PROBLEM REQUIREMENTS
Produce an exact copy of the lines below, starting at the first and ending with the line containing "Rebuilt in FreeCAD, every".

WORKING DATA
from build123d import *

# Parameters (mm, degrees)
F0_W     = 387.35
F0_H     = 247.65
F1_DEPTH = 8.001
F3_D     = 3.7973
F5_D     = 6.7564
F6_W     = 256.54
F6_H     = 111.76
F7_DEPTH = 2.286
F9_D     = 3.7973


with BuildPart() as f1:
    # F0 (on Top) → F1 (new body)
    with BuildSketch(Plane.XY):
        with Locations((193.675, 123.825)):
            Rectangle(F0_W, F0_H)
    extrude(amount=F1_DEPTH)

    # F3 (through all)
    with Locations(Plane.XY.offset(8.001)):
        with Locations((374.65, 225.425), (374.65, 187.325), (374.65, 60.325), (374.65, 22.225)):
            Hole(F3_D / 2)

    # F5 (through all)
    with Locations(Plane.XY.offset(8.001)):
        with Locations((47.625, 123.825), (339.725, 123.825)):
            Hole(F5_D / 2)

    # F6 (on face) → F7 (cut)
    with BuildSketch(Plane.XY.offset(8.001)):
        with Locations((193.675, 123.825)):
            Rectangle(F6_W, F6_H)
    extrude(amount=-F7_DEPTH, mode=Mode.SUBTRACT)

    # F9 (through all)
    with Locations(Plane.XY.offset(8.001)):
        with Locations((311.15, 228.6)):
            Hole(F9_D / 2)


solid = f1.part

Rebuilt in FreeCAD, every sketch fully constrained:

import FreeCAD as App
import Part
import Sketcher
Q = App.Units.Quantity

doc = App.newDocument("Part")
body = doc.addObject("PartDesign::Body", "Body")

# Sketch on XY plane
sketch1 = body.newObject("Sketcher::SketchObject", "Sketch")
sketch1.AttachmentSupport = (doc.getObject("XY_Plane"), [""])
sketch1.MapMode = "FlatFace"
sketch1.addGeometry(Part.LineSegment(App.Vector(0, 248, 0), App.Vector(0, 0, 0)), False)
sketch1.addGeometry(Part.LineSegment(App.Vector(0, 0, 0), App.Vector(387, 0, 0)), False)
sketch1.addGeometry(Part.LineSegment(App.Vector(387, 0, 0), App.Vector(387, 248, 0)), False)
sketch1.addGeometry(Part.LineSegment(App.Vector(387, 248, 0), App.Vector(0, 248, 0)), False)
sketch1.addConstraint(Sketcher.Constraint("Coincident", 0, 2, 1, 1))
sketch1.addConstraint(Sketcher.Constraint("Coincident", 1, 2, 2, 1))
sketch1.addConstraint(Sketcher.Constraint("Coincident", 2, 2, 3, 1))
sketch1.addConstraint(Sketcher.Constraint("Coincident", 3, 2, 0, 1))
sketch1.addConstraint(Sketcher.Constraint("Vertical", 0))
sketch1.addConstraint(Sketcher.Constraint("Horizontal", 1))
sketch1.addConstraint(Sketcher.Constraint("Vertical", 2))
sketch1.addConstraint(Sketcher.Constraint("Horizontal", 3))
sketch1.addConstraint(Sketcher.Constraint("Coincident", 0, 2, -1, 1))
sketch1.addConstraint(Sketcher.Constraint("DistanceX", 1, 1, 1, 2, Q("15.25 in")))
sketch1.addConstraint(Sketcher.Constraint("DistanceY", 0, 2, 0, 1, Q("9.75 in")))
pad1 = body.newObject("PartDesign::Pad", "Pad")
pad1.Profile = sketch1
pad1.Length = Q("0.315 in")

# Sketch on XY plane
sketch2 = body.newObject("Sketcher::SketchObject", "Sketch001")
sketch2.AttachmentSupport = (doc.getObject("XY_Plane"), [""])
sketch2.MapMode = "FlatFace"
sketch2.AttachmentOffset = App.Placement(App.Vector(0, 0, 0.315 * 25.4), App.Rotation())
sketch2.addGeometry(Part.Circle(App.Vector(374.6, 225.4, 0), App.Vector(0, 0, 1), 1.9), False)
sketch2.addGeometry(Part.Circle(App.Vector(374.6, 187.3, 0), App.Vector(0, 0, 1), 1.9), False)
sketch2.addGeometry(Part.Circle(App.Vector(374.6, 60.3, 0), App.Vector(0, 0, 1), 1.9), False)
sketch2.addGeometry(Part.Circle(App.Vector(374.6, 22.2, 0), App.Vector(0, 0, 1), 1.9), False)
sketch2.addConstraint(Sketcher.Constraint("Equal", 0, 1))
sketch2.addConstraint(Sketcher.Constraint("Equal", 1, 2))
sketch2.addConstraint(Sketcher.Constraint("Equal", 2, 3))
sketch2.addConstraint(Sketcher.Constraint("Vertical", 0, 3, 1, 3))
sketch2.addConstraint(Sketcher.Constraint("Vertical", 1, 3, 2, 3))
sketch2.addConstraint(Sketcher.Constraint("Vertical", 2, 3, 3, 3))
sketch2.addConstraint(Sketcher.Constraint("DistanceY", 2, 3, 1, 3, Q("5 in")))
sketch2.addConstraint(Sketcher.Constraint("DistanceY", 3, 3, 0, 3, Q("8 in")))
sketch2.addConstraint(Sketcher.Constraint("Diameter", 0, Q("0.1495 in")))
sketch2.addConstraint(Sketcher.Constraint("DistanceY", 1, 3, 0, 3, Q("1.5 in")))
sketch2.addConstraint(Sketcher.Constraint("DistanceX", -1, 1, 0, 3, Q("14.75 in")))
sketch2.addConstraint(Sketcher.Constraint("DistanceY", -1, 1, 0, 3, Q("8.875 in")))
doc.recompute()
hole = body.newObject("PartDesign::Hole", "Hole")
hole.Profile = sketch2
hole.ThreadType = "None"
hole.Diameter = Q("0.1495 in")
hole.DepthType = "ThroughAll"

# Sketch on XY plane
sketch3 = body.newObject("Sketcher::SketchObject", "Sketch002")
sketch3.AttachmentSupport = (doc.getObject("XY_Plane"), [""])
sketch3.MapMode = "FlatFace"
sketch3.AttachmentOffset = App.Placement(App.Vector(0, 0, 0.315 * 25.4), App.Rotation())
sketch3.addGeometry(Part.Circle(App.Vector(47.6, 123.8, 0), App.Vector(0, 0, 1), 3.4), False)
sketch3.addGeometry(Part.Circle(App.Vector(339.7, 123.8, 0), App.Vector(0, 0, 1), 3.4), False)
sketch3.addConstraint(Sketcher.Constraint("Equal", 0, 1))
sketch3.addConstraint(Sketcher.Constraint("Horizontal", 0, 3, 1, 3))
sketch3.addConstraint(Sketcher.Constraint("Diameter", 0, Q("0.266 in")))
sketch3.addConstraint(Sketcher.Constraint("DistanceX", 0, 3, 1, 3, Q("11.5 in")))
sketch3.addConstraint(Sketcher.Constraint("DistanceX", -1, 1, 0, 3, Q("1.875 in")))
sketch3.addConstraint(Sketcher.Constraint("DistanceY", -1, 1, 0, 3, Q("4.875 in")))
doc.recompute()
hole2 = body.newObject("PartDesign::Hole", "Hole001")
hole2.Profile = sketch3
hole2.ThreadType = "None"
hole2.Diameter = Q("0.266 in")
hole2.DepthType = "ThroughAll"

# Sketch on XY plane
sketch4 = body.newObject("Sketcher::SketchObject", "Sketch003")
sketch4.AttachmentSupport = (doc.getObject("XY_Plane"), [""])
sketch4.MapMode = "FlatFace"
sketch4.AttachmentOffset = App.Placement(App.Vector(0, 0, 0.315 * 25.4), App.Rotation())
sketch4.addGeometry(Part.LineSegment(App.Vector(65, 180, 0), App.Vector(65, 68, 0)), False)
sketch4.addGeometry(Part.LineSegment(App.Vector(65, 68, 0), App.Vector(322, 68, 0)), False)
sketch4.addGeometry(Part.LineSegment(App.Vector(322, 68, 0), App.Vector(322, 180, 0)), False)
sketch4.addGeometry(Part.LineSegment(App.Vector(322, 180, 0), App.Vector(65, 180, 0)), False)
sketch4.addConstraint(Sketcher.Constraint("Coincident", 0, 2, 1, 1))
sketch4.addConstraint(Sketcher.Constraint("Coincident", 1, 2, 2, 1))
sketch4.addConstraint(Sketcher.Constraint("Coincident", 2, 2, 3, 1))
sketch4.addConstraint(Sketcher.Constraint("Coincident", 3, 2, 0, 1))
sketch4.addConstraint(Sketcher.Constraint("Vertical", 0))
sketch4.addConstraint(Sketcher.Constraint("Horizontal", 1))
sketch4.addConstraint(Sketcher.Constraint("Vertical", 2))
sketch4.addConstraint(Sketcher.Constraint("Horizontal", 3))
sketch4.addConstraint(Sketcher.Constraint("DistanceX", 1, 1, 1, 2, Q("10.1 in")))
sketch4.addConstraint(Sketcher.Constraint("DistanceY", 0, 2, 0, 1, Q("4.4 in")))
sketch4.addConstraint(Sketcher.Constraint("DistanceX", -1, 1, 0, 2, Q("2.575 in")))
sketch4.addConstraint(Sketcher.Constraint("DistanceY", -1, 1, 0, 2, Q("2.675 in")))
pocket1 = body.newObject("PartDesign::Pocket", "Pocket")
pocket1.Profile = sketch4
pocket1.Length = Q("0.09 in")

# Sketch on XY plane
sketch5 = body.newObject("Sketcher::SketchObject", "Sketch004")
sketch5.AttachmentSupport = (doc.getObject("XY_Plane"), [""])
sketch5.MapMode = "FlatFace"
sketch5.AttachmentOffset = App.Placement(App.Vector(0, 0, 0.315 * 25.4), App.Rotation())
sketch5.addGeometry(Part.Circle(App.Vector(311.1, 228.6, 0), App.Vector(0, 0, 1), 1.9), False)
sketch5.addConstraint(Sketcher.Constraint("DistanceY", -1, 1, 0, 3, Q("9 in")))
sketch5.addConstraint(Sketcher.Constraint("Diameter", 0, Q("0.1495 in")))
sketch5.addConstraint(Sketcher.Constraint("DistanceX", -1, 1, 0, 3, Q("12.25 in")))
doc.recompute()
hole3 = body.newObject("PartDesign::Hole", "Hole002")
hole3.Profile = sketch5
hole3.ThreadType = "None"
hole3.Diameter = Q("0.1495 in")
hole3.DepthType = "ThroughAll"

doc.recompute()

OUTPUT
from build123d import *

# Parameters (mm, degrees)
F0_W     = 387.35
F0_H     = 247.65
F1_DEPTH = 8.001
F3_D     = 3.7973
F5_D     = 6.7564
F6_W     = 256.54
F6_H     = 111.76
F7_DEPTH = 2.286
F9_D     = 3.7973


with BuildPart() as f1:
    # F0 (on Top) → F1 (new body)
    with BuildSketch(Plane.XY):
        with Locations((193.675, 123.825)):
            Rectangle(F0_W, F0_H)
    extrude(amount=F1_DEPTH)

    # F3 (through all)
    with Locations(Plane.XY.offset(8.001)):
        with Locations((374.65, 225.425), (374.65, 187.325), (374.65, 60.325), (374.65, 22.225)):
            Hole(F3_D / 2)

    # F5 (through all)
    with Locations(Plane.XY.offset(8.001)):
        with Locations((47.625, 123.825), (339.725, 123.825)):
            Hole(F5_D / 2)

    # F6 (on face) → F7 (cut)
    with BuildSketch(Plane.XY.offset(8.001)):
        with Locations((193.675, 123.825)):
            Rectangle(F6_W, F6_H)
    extrude(amount=-F7_DEPTH, mode=Mode.SUBTRACT)

    # F9 (through all)
    with Locations(Plane.XY.offset(8.001)):
        with Locations((311.15, 228.6)):
            Hole(F9_D / 2)


solid = f1.part

Rebuilt in FreeCAD, every sketch fully constrained:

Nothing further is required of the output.